As far as I understand it (I could be wrong as I've pieced this together from mu...

blocke · on April 22, 2011

I'm not anywhere near being a Java expert but I've seen similar behavior with a non-Hadoop workload.

In my case I had several virtual machines hosting Java VMs with 2+GB heaps running an app that liked to fork and run external programs for short periods of time.
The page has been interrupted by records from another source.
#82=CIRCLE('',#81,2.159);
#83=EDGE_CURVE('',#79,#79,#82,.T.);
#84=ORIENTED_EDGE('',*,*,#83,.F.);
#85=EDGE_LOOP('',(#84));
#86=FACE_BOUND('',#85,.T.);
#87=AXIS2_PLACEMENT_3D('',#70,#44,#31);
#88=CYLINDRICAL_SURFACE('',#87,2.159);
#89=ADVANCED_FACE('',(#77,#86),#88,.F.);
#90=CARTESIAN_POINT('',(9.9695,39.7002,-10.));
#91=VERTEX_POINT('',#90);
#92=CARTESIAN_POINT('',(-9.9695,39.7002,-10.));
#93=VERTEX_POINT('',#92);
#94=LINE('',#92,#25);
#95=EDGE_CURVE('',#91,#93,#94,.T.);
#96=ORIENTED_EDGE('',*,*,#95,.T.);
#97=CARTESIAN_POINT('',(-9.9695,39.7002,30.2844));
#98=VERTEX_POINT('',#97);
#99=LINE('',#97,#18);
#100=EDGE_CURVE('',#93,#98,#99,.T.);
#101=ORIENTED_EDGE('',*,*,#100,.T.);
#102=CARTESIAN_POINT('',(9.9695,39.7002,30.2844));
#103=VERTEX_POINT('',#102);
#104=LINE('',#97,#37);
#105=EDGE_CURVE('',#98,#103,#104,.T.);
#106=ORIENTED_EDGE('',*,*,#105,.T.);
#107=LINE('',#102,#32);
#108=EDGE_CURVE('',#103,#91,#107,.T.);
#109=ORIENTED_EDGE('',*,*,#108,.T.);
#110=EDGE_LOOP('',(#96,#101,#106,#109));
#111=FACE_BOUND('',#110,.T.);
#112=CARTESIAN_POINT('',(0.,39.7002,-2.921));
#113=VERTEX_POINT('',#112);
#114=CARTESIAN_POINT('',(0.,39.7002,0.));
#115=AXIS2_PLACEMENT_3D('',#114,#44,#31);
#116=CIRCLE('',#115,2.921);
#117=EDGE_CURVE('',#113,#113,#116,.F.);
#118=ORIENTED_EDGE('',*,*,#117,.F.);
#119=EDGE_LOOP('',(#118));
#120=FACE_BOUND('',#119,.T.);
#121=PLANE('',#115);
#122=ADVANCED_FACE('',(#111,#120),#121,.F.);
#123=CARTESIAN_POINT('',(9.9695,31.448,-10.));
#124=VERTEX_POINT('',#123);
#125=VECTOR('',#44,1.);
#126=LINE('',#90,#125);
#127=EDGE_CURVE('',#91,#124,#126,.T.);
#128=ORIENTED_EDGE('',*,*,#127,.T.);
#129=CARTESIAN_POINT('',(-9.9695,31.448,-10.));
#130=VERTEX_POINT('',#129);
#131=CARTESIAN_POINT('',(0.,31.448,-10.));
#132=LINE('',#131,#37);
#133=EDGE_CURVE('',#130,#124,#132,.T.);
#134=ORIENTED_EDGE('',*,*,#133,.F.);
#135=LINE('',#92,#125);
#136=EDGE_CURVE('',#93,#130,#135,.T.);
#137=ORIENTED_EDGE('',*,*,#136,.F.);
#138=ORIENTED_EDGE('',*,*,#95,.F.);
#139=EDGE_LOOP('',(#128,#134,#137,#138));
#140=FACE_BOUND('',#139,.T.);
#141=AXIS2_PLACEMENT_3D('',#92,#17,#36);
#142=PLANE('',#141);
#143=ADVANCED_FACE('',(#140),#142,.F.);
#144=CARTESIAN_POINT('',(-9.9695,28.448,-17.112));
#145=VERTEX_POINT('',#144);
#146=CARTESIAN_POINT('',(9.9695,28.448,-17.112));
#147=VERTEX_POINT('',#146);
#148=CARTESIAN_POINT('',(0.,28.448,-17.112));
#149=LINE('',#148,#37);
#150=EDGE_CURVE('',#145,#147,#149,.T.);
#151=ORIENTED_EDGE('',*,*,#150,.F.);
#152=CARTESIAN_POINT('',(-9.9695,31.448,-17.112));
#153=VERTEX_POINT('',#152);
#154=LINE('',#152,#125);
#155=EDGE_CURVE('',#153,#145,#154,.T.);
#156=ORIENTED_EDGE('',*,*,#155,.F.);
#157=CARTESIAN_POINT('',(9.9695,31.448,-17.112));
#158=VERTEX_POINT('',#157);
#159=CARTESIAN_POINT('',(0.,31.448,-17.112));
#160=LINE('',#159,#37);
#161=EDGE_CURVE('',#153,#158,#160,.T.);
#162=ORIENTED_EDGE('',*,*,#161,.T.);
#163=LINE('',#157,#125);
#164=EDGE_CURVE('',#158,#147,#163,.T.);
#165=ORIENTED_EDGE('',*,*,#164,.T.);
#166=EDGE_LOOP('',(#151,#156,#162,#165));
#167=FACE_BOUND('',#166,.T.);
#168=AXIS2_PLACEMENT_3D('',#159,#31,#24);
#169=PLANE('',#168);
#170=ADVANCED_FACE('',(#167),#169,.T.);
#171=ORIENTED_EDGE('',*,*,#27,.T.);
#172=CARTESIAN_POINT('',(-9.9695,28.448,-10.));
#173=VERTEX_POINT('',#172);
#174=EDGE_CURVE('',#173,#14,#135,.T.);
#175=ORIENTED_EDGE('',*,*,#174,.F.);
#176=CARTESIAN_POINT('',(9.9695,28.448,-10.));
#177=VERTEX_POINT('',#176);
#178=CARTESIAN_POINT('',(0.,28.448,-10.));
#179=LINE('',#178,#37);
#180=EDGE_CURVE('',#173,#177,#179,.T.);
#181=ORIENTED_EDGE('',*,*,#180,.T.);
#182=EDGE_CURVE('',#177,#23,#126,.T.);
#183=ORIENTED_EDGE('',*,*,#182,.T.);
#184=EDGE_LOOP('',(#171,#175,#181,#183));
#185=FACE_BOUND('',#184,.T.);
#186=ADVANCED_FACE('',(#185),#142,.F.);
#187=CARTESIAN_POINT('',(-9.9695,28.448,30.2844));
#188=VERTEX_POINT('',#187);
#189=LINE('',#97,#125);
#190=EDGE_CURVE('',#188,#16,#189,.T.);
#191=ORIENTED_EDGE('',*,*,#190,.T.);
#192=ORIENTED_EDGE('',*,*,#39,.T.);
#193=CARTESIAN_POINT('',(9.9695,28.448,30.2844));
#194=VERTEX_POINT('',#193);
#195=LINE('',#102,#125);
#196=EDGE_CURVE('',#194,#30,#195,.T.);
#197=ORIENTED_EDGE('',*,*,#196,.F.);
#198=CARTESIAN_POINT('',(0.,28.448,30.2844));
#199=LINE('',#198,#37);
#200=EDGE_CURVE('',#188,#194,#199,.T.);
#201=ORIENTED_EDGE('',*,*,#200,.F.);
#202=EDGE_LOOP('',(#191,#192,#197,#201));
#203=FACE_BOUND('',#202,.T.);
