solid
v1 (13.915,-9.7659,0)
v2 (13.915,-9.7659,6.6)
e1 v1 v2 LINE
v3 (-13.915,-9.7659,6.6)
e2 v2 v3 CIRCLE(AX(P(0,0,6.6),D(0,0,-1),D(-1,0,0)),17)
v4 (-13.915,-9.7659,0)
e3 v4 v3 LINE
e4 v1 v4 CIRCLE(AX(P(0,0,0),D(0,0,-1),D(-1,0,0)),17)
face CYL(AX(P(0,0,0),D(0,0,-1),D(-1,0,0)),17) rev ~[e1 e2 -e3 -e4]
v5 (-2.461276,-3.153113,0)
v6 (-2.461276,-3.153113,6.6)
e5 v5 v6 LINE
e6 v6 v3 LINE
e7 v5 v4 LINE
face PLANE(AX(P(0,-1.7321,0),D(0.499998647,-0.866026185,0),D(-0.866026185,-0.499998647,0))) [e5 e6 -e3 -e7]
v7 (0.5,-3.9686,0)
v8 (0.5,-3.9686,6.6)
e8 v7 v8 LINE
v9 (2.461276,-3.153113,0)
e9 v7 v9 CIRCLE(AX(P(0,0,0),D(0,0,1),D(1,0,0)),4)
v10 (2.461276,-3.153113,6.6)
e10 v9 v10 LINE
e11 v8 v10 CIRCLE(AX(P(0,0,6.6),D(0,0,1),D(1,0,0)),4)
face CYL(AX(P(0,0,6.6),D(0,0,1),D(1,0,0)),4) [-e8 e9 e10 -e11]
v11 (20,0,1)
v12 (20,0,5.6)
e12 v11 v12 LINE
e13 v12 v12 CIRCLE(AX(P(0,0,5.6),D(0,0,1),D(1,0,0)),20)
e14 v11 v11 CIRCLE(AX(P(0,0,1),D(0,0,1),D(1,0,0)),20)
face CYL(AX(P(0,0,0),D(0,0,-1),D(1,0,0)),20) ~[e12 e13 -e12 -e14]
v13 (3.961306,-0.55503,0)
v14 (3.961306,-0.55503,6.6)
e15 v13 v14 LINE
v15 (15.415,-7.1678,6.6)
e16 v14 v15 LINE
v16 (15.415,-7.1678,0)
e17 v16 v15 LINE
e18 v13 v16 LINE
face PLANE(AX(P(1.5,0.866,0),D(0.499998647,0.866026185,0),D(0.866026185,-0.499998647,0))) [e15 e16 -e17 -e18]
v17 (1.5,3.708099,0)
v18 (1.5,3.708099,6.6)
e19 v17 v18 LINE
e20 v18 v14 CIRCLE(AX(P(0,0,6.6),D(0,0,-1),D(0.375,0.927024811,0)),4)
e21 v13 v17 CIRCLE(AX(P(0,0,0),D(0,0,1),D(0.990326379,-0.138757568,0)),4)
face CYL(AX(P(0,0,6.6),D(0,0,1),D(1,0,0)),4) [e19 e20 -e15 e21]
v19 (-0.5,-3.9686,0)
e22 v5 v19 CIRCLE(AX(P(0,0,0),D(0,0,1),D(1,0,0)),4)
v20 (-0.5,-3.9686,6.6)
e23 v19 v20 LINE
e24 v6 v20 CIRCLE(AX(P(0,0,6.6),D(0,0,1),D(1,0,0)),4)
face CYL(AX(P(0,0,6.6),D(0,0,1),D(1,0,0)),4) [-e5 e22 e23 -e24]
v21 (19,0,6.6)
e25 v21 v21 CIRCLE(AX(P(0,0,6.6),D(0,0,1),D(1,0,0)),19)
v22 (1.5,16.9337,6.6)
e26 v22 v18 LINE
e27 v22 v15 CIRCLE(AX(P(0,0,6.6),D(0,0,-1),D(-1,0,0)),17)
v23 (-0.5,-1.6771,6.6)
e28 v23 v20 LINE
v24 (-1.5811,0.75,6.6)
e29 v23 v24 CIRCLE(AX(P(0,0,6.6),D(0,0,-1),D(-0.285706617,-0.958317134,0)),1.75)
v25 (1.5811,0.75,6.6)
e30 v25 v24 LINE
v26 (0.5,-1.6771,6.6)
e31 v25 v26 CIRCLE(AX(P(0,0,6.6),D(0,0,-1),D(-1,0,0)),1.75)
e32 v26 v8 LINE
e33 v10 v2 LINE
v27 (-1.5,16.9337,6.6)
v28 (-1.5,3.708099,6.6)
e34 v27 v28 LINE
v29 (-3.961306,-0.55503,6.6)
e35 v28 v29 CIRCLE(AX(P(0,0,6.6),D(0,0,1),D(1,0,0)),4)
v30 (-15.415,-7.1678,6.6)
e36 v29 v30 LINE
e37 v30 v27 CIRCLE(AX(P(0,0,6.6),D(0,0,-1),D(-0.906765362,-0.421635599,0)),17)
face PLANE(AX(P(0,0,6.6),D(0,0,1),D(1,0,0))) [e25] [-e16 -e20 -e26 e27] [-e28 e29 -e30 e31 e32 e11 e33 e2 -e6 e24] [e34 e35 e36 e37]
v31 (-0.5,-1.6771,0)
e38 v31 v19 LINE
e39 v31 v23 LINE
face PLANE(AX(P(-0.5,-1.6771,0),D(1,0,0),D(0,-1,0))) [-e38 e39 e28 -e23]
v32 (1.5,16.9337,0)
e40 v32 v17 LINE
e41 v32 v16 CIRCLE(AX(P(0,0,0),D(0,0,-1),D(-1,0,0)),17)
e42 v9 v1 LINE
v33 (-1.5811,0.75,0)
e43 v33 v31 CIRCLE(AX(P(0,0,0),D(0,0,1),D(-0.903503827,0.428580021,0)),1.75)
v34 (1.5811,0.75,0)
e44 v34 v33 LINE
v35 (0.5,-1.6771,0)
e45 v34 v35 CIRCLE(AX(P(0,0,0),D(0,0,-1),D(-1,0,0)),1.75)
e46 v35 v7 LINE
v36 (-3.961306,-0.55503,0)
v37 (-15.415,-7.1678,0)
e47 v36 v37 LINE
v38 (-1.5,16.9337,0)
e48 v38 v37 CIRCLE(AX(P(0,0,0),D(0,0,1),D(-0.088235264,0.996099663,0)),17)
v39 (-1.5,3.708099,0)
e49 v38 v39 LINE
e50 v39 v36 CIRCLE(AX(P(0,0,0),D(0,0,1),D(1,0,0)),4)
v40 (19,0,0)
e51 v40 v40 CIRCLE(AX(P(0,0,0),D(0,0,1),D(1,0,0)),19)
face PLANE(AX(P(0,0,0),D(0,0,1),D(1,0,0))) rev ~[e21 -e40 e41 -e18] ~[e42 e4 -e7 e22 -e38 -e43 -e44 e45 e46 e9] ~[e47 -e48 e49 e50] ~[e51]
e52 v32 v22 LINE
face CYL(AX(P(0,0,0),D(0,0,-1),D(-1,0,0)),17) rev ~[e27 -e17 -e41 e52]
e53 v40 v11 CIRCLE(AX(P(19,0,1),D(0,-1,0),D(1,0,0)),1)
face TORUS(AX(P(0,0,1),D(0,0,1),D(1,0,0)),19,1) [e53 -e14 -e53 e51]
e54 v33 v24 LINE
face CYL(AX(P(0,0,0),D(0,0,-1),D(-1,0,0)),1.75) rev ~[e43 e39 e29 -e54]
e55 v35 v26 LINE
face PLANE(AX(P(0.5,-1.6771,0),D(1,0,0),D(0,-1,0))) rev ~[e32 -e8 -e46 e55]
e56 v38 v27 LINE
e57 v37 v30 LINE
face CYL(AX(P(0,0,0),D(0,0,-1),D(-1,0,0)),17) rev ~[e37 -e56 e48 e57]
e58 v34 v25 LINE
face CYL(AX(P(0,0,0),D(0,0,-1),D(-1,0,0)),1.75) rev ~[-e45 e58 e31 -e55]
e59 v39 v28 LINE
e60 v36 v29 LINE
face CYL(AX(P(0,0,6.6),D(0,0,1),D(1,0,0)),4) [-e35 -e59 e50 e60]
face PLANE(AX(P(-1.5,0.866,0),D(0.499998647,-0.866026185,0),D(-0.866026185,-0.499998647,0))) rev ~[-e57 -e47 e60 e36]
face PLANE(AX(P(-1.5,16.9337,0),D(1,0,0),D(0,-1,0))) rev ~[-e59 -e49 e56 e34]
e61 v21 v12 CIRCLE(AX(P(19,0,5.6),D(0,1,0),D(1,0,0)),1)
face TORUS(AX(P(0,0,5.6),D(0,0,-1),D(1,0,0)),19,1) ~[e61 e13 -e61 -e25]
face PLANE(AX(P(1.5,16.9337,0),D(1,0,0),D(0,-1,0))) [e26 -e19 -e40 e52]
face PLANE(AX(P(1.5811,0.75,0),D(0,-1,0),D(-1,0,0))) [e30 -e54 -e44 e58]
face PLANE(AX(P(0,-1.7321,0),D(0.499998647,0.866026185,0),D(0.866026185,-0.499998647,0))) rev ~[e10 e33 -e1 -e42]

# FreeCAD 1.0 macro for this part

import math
import FreeCAD as App
import Part
import Sketcher
from FreeCAD import Vector
Q = App.Units.Quantity


def edges_at(feature, points):
    """Names of the edges that pass closest to the given points."""
    edges = feature.Shape.Edges
    near = lambda p: min(range(len(edges)), key=lambda i: edges[i].distToShape(Part.Vertex(*p))[0])
    return sorted({f"Edge{near(p) + 1}" for p in points})

doc = App.newDocument("Part")
params = doc.addObject("Spreadsheet::Sheet", "Params")
for row, (alias, value) in enumerate([
    ("sketch1_diameter", "40 mm"),
    ("pad1_length", "6.6 mm"),
    ("sketch2_radius", "17 mm"),
    ("pocket1_length", "6.6 mm"),
    ("sketch3_diameter", "8 mm"),
    ("pad2_length", "6.6 mm"),
    ("sketch4_radius", "1.75 mm"),
    ("sketch4_radius2", "4 mm"),
    ("pocket2_length", "6.6 mm"),
    ("fillet_radius", "1 mm"),
], start=1):
    params.set(f"A{row}", alias)
    params.set(f"B{row}", "=" + value)
    params.setAlias(f"B{row}", alias)

body = doc.addObject("PartDesign::Body", "Body")

# Sketch on XY plane
sketch1 = body.newObject("Sketcher::SketchObject", "Sketch")
sketch1.AttachmentSupport = (doc.getObject("XY_Plane"), [""])
sketch1.MapMode = "FlatFace"
sketch1.addGeometry(Part.Circle(Vector(0, 0, 0), Vector(0, 0, 1), 20), False)
sketch1.addConstraint(Sketcher.Constraint("Coincident", 0, 3, -1, 1))
sketch1.addConstraint(Sketcher.Constraint("Diameter", 0, 40.0))
sketch1.setExpression("Constraints[1]", "Params.sketch1_diameter")
pad1 = body.newObject("PartDesign::Pad", "Pad")
pad1.Profile = sketch1
pad1.setExpression("Length", "Params.pad1_length")

# Sketch on XY plane
sketch2 = body.newObject("Sketcher::SketchObject", "Sketch001")
sketch2.AttachmentSupport = (doc.getObject("XY_Plane"), [""])
sketch2.MapMode = "FlatFace"
sketch2.addGeometry(Part.ArcOfCircle(Part.Circle(Vector(0, 0, 0), Vector(0, 0, 1), 17), math.radians(95), math.radians(205)), False)
sketch2.addGeometry(Part.LineSegment(Vector(-2, 17, 0), Vector(-2, 1, 0)), False)
sketch2.addGeometry(Part.LineSegment(Vector(-2, 1, 0), Vector(-15, -7, 0)), False)
sketch2.addGeometry(Part.LineSegment(Vector(2, 1, 0), Vector(2, 17, 0)), False)
sketch2.addGeometry(Part.ArcOfCircle(Part.Circle(Vector(0, 0, 0), Vector(0, 0, 1), 17), math.radians(-25), math.radians(85)), False)
sketch2.addGeometry(Part.LineSegment(Vector(15, -7, 0), Vector(2, 1, 0)), False)
sketch2.addGeometry(Part.ArcOfCircle(Part.Circle(Vector(0, 0, 0), Vector(0, 0, 1), 17), math.radians(-145), math.radians(-35)), False)
sketch2.addGeometry(Part.LineSegment(Vector(-14, -10, 0), Vector(0, -2, 0)), False)
sketch2.addGeometry(Part.LineSegment(Vector(0, -2, 0), Vector(14, -10, 0)), False)
sketch2.addConstraint(Sketcher.Constraint("Coincident", 0, 1, 1, 1))
sketch2.addConstraint(Sketcher.Constraint("Coincident", 1, 2, 2, 1))
sketch2.addConstraint(Sketcher.Constraint("Coincident", 2, 2, 0, 2))
sketch2.addConstraint(Sketcher.Constraint("Coincident", 3, 2, 4, 2))
sketch2.addConstraint(Sketcher.Constraint("Coincident", 4, 1, 5, 1))
sketch2.addConstraint(Sketcher.Constraint("Coincident", 5, 2, 3, 1))
sketch2.addConstraint(Sketcher.Constraint("Coincident", 6, 1, 7, 1))
sketch2.addConstraint(Sketcher.Constraint("Coincident", 7, 2, 8, 1))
If the entire heapsize was say 3GB and it forked twice Linux would act like it needed 9GB. The Linux overcommit heuristic regularly got things wrong and wanted RAM that it would never actually use. This usually resulted in the JVM failing in new and interesting ways.

The workaround is to allocate a crapload of swap (mainly more than heap size times a guestimate of number of concurrent forks). It will never actually USE the swap but having it there seems keep the overcommit heuristic happy.

Yay for cargo cult server tuning. I've never figured out how to get the kernel to not be so pessimistic and I can't modify the Java code in question so... eh.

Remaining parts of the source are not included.